Le 28/10/2014 14:33, Mark Rizun a écrit :
In the first place why I'm doing this. I work on Rewrite Tool and it's
main functionality bases on replacing nodes in AST. Plus it works with
sourceIntervals of nodes. Untill now my solution was:
if I replace node, I reparse tree to get intervals updated

I print the modified tree and parse :)

However this solution brought new problems.

Which ones?

Second reason is, that I think it makes sense to update interval of all
AST if you replace one node.
For example, we have:
obj1 foo + obj2 bar
and we replace obj1 with myObject.
The interval of ast was 1 to: 19, and now it should be 1 to: 23.

No it shouldn't. If the source has not been regenerated from the modified AST, then

'source copyFrom: theBarASTNode start to: theBarASTNode stop'

end past the end of it (20 to 23 with source ending at 19).

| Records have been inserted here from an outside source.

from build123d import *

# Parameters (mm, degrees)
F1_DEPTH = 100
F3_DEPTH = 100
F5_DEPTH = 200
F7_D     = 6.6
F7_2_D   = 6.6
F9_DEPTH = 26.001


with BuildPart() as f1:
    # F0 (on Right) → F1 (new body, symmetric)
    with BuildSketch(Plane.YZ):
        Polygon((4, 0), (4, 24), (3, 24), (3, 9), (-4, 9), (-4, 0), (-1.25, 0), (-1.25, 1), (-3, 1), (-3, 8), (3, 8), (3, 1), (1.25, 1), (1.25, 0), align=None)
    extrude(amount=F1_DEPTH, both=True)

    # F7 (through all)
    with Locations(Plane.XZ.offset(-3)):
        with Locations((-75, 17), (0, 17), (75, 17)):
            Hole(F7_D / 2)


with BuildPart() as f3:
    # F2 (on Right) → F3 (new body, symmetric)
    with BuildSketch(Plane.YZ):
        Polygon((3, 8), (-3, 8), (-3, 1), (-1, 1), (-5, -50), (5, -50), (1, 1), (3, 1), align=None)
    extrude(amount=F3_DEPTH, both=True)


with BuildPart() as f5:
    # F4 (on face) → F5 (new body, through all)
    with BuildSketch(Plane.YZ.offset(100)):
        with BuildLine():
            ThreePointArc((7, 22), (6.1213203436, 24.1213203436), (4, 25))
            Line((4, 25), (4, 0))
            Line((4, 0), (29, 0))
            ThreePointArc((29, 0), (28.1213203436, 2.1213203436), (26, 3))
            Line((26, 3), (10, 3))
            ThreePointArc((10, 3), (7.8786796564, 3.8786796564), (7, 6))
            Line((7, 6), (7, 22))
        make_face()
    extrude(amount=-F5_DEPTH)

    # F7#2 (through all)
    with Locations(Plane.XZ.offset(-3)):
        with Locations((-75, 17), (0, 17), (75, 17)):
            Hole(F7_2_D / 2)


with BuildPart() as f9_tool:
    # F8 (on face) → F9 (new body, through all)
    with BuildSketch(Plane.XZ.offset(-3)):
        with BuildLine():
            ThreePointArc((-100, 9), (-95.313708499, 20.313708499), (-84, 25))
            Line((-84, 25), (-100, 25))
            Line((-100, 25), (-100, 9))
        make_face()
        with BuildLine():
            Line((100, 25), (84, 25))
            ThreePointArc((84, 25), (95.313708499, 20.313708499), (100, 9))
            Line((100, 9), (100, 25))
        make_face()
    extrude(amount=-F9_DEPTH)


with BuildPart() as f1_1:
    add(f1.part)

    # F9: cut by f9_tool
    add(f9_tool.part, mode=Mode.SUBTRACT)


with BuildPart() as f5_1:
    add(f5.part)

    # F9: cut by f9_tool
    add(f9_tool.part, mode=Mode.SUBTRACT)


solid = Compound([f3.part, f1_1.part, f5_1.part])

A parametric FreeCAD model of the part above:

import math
import FreeCAD as App
import Part
import Sketcher


def add_polygon(sketch, points):
    """Adds a closed chain of lines whose ends are joined by coincident constraints."""
    first, n = sketch.GeometryCount, len(points)
    for a, b in zip(points, points[1:] + points[:1]):
        sketch.addGeometry(Part.LineSegment(App.Vector(*a, 0), App.Vector(*b, 0)), False)
    for i in range(n):
        sketch.addConstraint(Sketcher.Constraint("Coincident", first + i, 2, first + (i + 1) % n, 1))

doc = App.newDocument("Part")
body = doc.addObject("PartDesign::Body", "Body")

# Sketch on YZ plane
sketch1 = body.newObject("Sketcher::SketchObject", "Sketch")
sketch1.AttachmentSupport = (doc.getObject("YZ_Plane"), [""])
sketch1.MapMode = "FlatFace"
add_polygon(sketch1, [(4, 0), (4, 24), (3, 24), (3, 9), (-4, 9), (-4, 0), (-1.2, 0), (-1.2, 1), (-3, 1), (-3, 8), (3, 8), (3, 1), (1.2, 1), (1.2, 0)])  # lines 0-13
sketch1.addConstraint([
    Sketcher.Constraint("Vertical", 0),
    Sketcher.Constraint("Horizontal", 1),
    Sketcher.Constraint("Vertical", 2),
    Sketcher.Constraint("Horizontal", 3),
    Sketcher.Constraint("Vertical", 4),
    Sketcher.Constraint("Horizontal", 5),
    Sketcher.Constraint("Vertical", 6),
    Sketcher.Constraint("Horizontal", 7),
    Sketcher.Constraint("Vertical", 8),
    Sketcher.Constraint("Horizontal", 9),
    Sketcher.Constraint("Vertical", 10),
    Sketcher.Constraint("Horizontal", 11),
    Sketcher.Constraint("Vertical", 12),
    Sketcher.Constraint("Horizontal", 13),
    Sketcher.Constraint("Symmetric", 5, 2, 12, 2, -1, 1),
    Sketcher.Constraint("Symmetric", 7, 2, 10, 2, -2),
    Sketcher.Constraint("Symmetric", 4, 2, 13, 2, -2),
    Sketcher.Constraint("Vertical", 2, 2, 9, 2),
    Sketcher.Constraint("Equal", 1, 6),
    Sketcher.Constraint("Equal", 3, 8),
    Sketcher.Constraint("DistanceX", 1, 2, 1, 1, 1.0),
    Sketcher.Constraint("DistanceX", 3, 2, 3, 1, 7.0),
    Sketcher.Constraint("DistanceY", 0, 1, 0, 2, 24.0),
    Sketcher.Constraint("DistanceY", 2, 2, 2, 1, 15.0),
    Sketcher.Constraint("DistanceX", 5, 1, 5, 2, 2.75),
])
pad1 = body.newObject("PartDesign::Pad", "Pad")
pad1.Profile = sketch1
pad1.Length = 200
pad1.Midplane = True

# Sketch on XZ plane
sketch2 = body.newObject("Sketcher::SketchObject", "Sketch001")
sketch2.AttachmentSupport = (doc.getObject("XZ_Plane"), [""])
sketch2.MapMode = "FlatFace"
sketch2.AttachmentOffset = App.Placement(App.Vector(0, 0, -3), App.Rotation())
sketch2.addGeometry([
    Part.Circle(App.Vector(-75, 17, 0), App.Vector(0, 0, 1), 3.3),
    Part.Circle(App.Vector(0, 17, 0), App.Vector(0, 0, 1), 3.3),
    Part.Circle(App.Vector(75, 17, 0), App.Vector(0, 0, 1), 3.3),
], False)
sketch2.addConstraint([
    Sketcher.Constraint("Equal", 0, 1),
    Sketcher.Constraint("Equal", 1, 2),
    Sketcher.Constraint("Symmetric", 0, 3, 2, 3, -2),
    Sketcher.Constraint("PointOnObject", 1, 3, -2),
    Sketcher.Constraint("Horizontal", 0, 3, 1, 3),
    Sketcher.Constraint("Diameter", 0, 6.6),
    Sketcher.Constraint("DistanceX", 0, 3, -1, 1, 75.0),
    Sketcher.Constraint("DistanceY", -1, 1, 0, 3, 17.0),
])
doc.recompute()
hole = body.newObject("PartDesign::Hole", "Hole")
hole.Profile = sketch2
hole.ThreadType = "None"
hole.Diameter = 6.6
hole.DepthType = "ThroughAll"
body2 = doc.addObject("PartDesign::Body", "Body001")

# Sketch on YZ plane
sketch3 = body2.newObject("Sketcher::SketchObject", "Sketch002")
sketch3.AttachmentSupport = (doc.getObject("YZ_Plane001"), [""])
sketch3.MapMode = "FlatFace"
add_polygon(sketch3, [(3, 8), (-3, 8), (-3, 1), (-1, 1), (-5, -50), (5, -50), (1, 1), (3, 1)])  # lines 0-7
sketch3.addConstraint([
    Sketcher.Constraint("Horizontal", 0),
    Sketcher.Constraint("Vertical", 1),
    Sketcher.Constraint("Horizontal", 2),
    Sketcher.Constraint("Horizontal", 4),
    Sketcher.Constraint("Horizontal", 6),
    Sketcher.Constraint("Vertical", 7),
    Sketcher.Constraint("Symmetric", 2, 2, 5, 2, -2),
    Sketcher.Constraint("Equal", 2, 6),
    Sketcher.Constraint("Equal", 3, 5),
    Sketcher.Constraint("DistanceX", 0, 2, 0, 1, 6.0),
    Sketcher.Constraint("DistanceX", 2, 1, 2, 2, 2.0),
    Sketcher.Constraint("DistanceX", 4, 1, 4, 2, 10.0),
    Sketcher.Constraint("DistanceY", 1, 2, 1, 1, 7.0),
    Sketcher.Constraint("DistanceY", -1, 1, 0, 2, 8.0),
    Sketcher.Constraint("DistanceY", 3, 2, -1, 1, 50.0),
])
pad2 = body2.newObject("PartDesign::Pad", "Pad001")
pad2.Profile = sketch3
pad2.Length = 200
pad2.Midplane = True
body3 = doc.addObject("PartDesign::Body", "Body002")

# Sketch on YZ plane
sketch4 = body3.newObject("Sketcher::SketchObject", "Sketch003")
sketch4.AttachmentSupport = (doc.getObject("YZ_Plane002"), [""])
sketch4.MapMode = "FlatFace"
sketch4.AttachmentOffset = App.Placement(App.Vector(0, 0, 100), App.Rotation())
sketch4.addGeometry([
    Part.ArcOfCircle(Part.Circle(App.Vector(4, 22, 0), App.Vector(0, 0, 1), 3), math.radians(0), math.radians(90)),  # 0
    Part.LineSegment(App.Vector(4, 25, 0), App.Vector(4, 0, 0)),  # 1
    Part.LineSegment(App.Vector(4, 0, 0), App.Vector(29, 0, 0)),  # 2
    Part.ArcOfCircle(Part.Circle(App.Vector(26, 0, 0), App.Vector(0, 0, 1), 3), math.radians(0), math.radians(90)),  # 3
    Part.LineSegment(App.Vector(26, 3, 0), App.Vector(10, 3, 0)),  # 4
    Part.ArcOfCircle(Part.Circle(App.Vector(10, 6, 0), App.Vector(0, 0, 1), 3), math.radians(180), math.radians(270)),  # 5
    Part.LineSegment(App.Vector(7, 6, 0), App.Vector(7, 22, 0)),  # 6
], False)
sketch4.addConstraint([
    Sketcher.Constraint("Coincident", 0, 2, 1, 1),
    Sketcher.Constraint("Coincident", 1, 2, 2, 1),
    Sketcher.Constraint("Coincident", 2, 2, 3, 1),
    Sketcher.Constraint("Tangent", 3, 2, 4, 1),
    Sketcher.Constraint("Tangent", 4, 2, 5, 2),
    Sketcher.Constraint("Tangent", 5, 1, 6, 1),
    Sketcher.Constraint("Tangent", 6, 2, 0, 1),
    Sketcher.Constraint("Vertical", 1),
    Sketcher.Constraint("Horizontal", 2),
    Sketcher.Constraint("Horizontal", 4),
    Sketcher.Constraint("Vertical", 6),
    Sketcher.Constraint("Equal", 0, 3),
    Sketcher.Constraint("Equal", 3, 5),
    Sketcher.Constraint("PointOnObject", 3, 3, -1),
    Sketcher.Constraint("PointOnObject", 1, 2, -1),
    Sketcher.Constraint("Equal", 2, 1),
    Sketcher.Constraint("Equal", 4, 6),
    Sketcher.Constraint("Radius", 0, 3.0),
    Sketcher.Constraint("DistanceX", 2, 1, 2, 2, 25.0),
    Sketcher.Constraint("DistanceX", -1, 1, 0, 3, 4.0),
])
pad3 = body3.newObject("PartDesign::Pad", "Pad002")
pad3.Profile = sketch4
pad3.Length = 200
pad3.Reversed = True

# Sketch on XZ plane
sketch5 = body3.newObject("Sketcher::SketchObject", "Sketch004")
sketch5.AttachmentSupport = (doc.getObject("XZ_Plane002"), [""])
sketch5.MapMode = "FlatFace"
sketch5.AttachmentOffset = App.Placement(App.Vector(0, 0, -3), App.Rotation())
sketch5.addGeometry([
    Part.Circle(App.Vector(-75, 17, 0), App.Vector(0, 0, 1), 3.3),
    Part.Circle(App.Vector(0, 17, 0), App.Vector(0, 0, 1), 3.3),
    Part.Circle(App.Vector(75, 17, 0), App.Vector(0, 0, 1), 3.3),
], False)
sketch5.addConstraint([
    Sketcher.Constraint("Equal", 0, 1),
    Sketcher.Constraint("Equal", 1, 2),
    Sketcher.Constraint("Symmetric", 0, 3, 2, 3, -2),
    Sketcher.Constraint("PointOnObject", 1, 3, -2),
    Sketcher.Constraint("Horizontal", 0, 3, 1, 3),
    Sketcher.Constraint("Diameter", 0, 6.6),
    Sketcher.Constraint("DistanceX", 0, 3, -1, 1, 75.0),
    Sketcher.Constraint("DistanceY", -1, 1, 0, 3, 17.0),
])
doc.recompute()
hole2 = body3.newObject("PartDesign::Hole", "Hole001")
hole2.Profile = sketch5
hole2.ThreadType = "None"
hole2.Diameter = 6.6
hole2.DepthType = "ThroughAll"
body4 = doc.addObject("PartDesign::Body", "Body003")
body4.AllowCompound = True

# Sketch on XZ plane
sketch6 = body4.newObject("Sketcher::SketchObject", "Sketch005")
sketch6.AttachmentSupport = (doc.getObject("XZ_Plane003"), [""])
sketch6.MapMode = "FlatFace"
sketch6.AttachmentOffset = App.Placement(App.Vector(0, 0, -3), App.Rotation())
sketch6.addGeometry([
    Part.ArcOfCircle(Part.Circle(App.Vector(-84, 9, 0), App.Vector(0, 0, 1), 16), math.radians(90), math.radians(180)),  # 0
    Part.LineSegment(App.Vector(-84, 25, 0), App.Vector(-100, 25, 0)),  # 1
    Part.LineSegment(App.Vector(-100, 25, 0), App.Vector(-100, 9, 0)),  # 2
    Part.LineSegment(App.Vector(100, 25, 0), App.Vector(84, 25, 0)),  # 3
    Part.ArcOfCircle(Part.Circle(App.Vector(84, 9, 0), App.Vector(0, 0, 1), 16), math.radians(0), math.radians(90)),  # 4
    Part.LineSegment(App.Vector(100, 9, 0), App.Vector(100, 25, 0)),  # 5
], False)
sketch6.addConstraint([
    Sketcher.Constraint("Tangent", 0, 1, 1, 1),
    Sketcher.Constraint("Coincident", 1, 2, 2, 1),
    Sketcher.Constraint("Tangent", 2, 2, 0, 2),
    Sketcher.Constraint("Tangent", 3, 2, 4, 2),
    Sketcher.Constraint("Tangent", 4, 1, 5, 1),
    Sketcher.Constraint("Coincident", 5, 2, 3, 1),
    Sketcher.Constraint("Horizontal", 1),
    Sketcher.Constraint("Vertical", 2),
    Sketcher.Constraint("Horizontal", 3),
    Sketcher.Constraint("Vertical", 5),
    Sketcher.Constraint("Equal", 0, 4),
    Sketcher.Constraint("Symmetric", 0, 3, 4, 3, -2),
    Sketcher.Constraint("Radius", 0, 16.0),
    Sketcher.Constraint("DistanceX", 0, 3, -1, 1, 84.0),
    Sketcher.Constraint("DistanceY", -1, 1, 0, 3, 9.0),
])
pad4 = body4.newObject("PartDesign::Pad", "Pad003")
pad4.Profile = sketch6
pad4.Length = 26.001
pad4.Reversed = True
doc.recompute()

body5 = doc.addObject("PartDesign::Body", "Body004")
body5.BaseFeature = body4
boolean = body.newObject("PartDesign::Boolean", "Boolean")
boolean.Type = "Cut"
boolean.addObjects([body5])
doc.recompute()

boolean2 = body3.newObject("PartDesign::Boolean", "Boolean001")
boolean2.Type = "Cut"
boolean2.addObjects([body4])

doc.recompute()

If you regenerate the source, then you can parse it and you'll have correct intervals.

Thierry

Mark

2014-10-28 14:00 GMT+02:00 Thierry Goubier <thierry.goub...@gmail.com
<mailto:thierry.goub...@gmail.com>>:

    Le 28/10/2014 12:45, Mark Rizun a écrit :

        Yes, because they are wrong. Here is an issue:
        
https://pharo.fogbugz.com/f/__cases/14254/AST-method-__replaceWith-does-not-change-__source-interval
        
<https://pharo.fogbugz.com/f/cases/14254/AST-method-replaceWith-does-not-change-source-interval>


    I would say that they are correct.

    When I write source to source compilers, I admit that anything that
    I change in the AST (via replaceWith equivalent) has no valid source
    interval (since it does not exist in the original source). However,
    all unmodified nodes should keep their 'non-modified' source
    interval (since I may need it to fetch the relevant text from the
    source).

    If I want my modification to the AST to have valid source intervals,
    then, I need to regenerate the source from the modified AST. And
    only then they are valid.

    You may want to update the source interval when you do a
    replaceWith, but the only thing we will get with what you want to do
    is that, after a replaceWith, no source interval can be trusted
    since it may end up past the end of the original source string length.

    Thierry


        2014-10-28 13:32 GMT+02:00 Thierry Goubier
        <thierry.goub...@gmail.com <mailto:thierry.goub...@gmail.com>
        <mailto:thierry.goubier@gmail.__com
        <mailto:thierry.goub...@gmail.com>>>:


             Le 28/10/2014 12:12, Mark Rizun a écrit :

                      Well, not really.

                      Technically, tokens are used to drive a parser
        from a scanner.

                      If an AST node knows how to relate itself to its
        original
                 source
                      code chunk and is able to print itself correctly, then
                 tokens are
                      redundant.

                      In short, if you work with parsers, you'd better
        know what
                 tokens
                      are. If you're only working with the AST, tokens are
                 redundant and
                      noise (i.e. they often have a type (or more than
        one) which
                 is only
                      understood by the parser).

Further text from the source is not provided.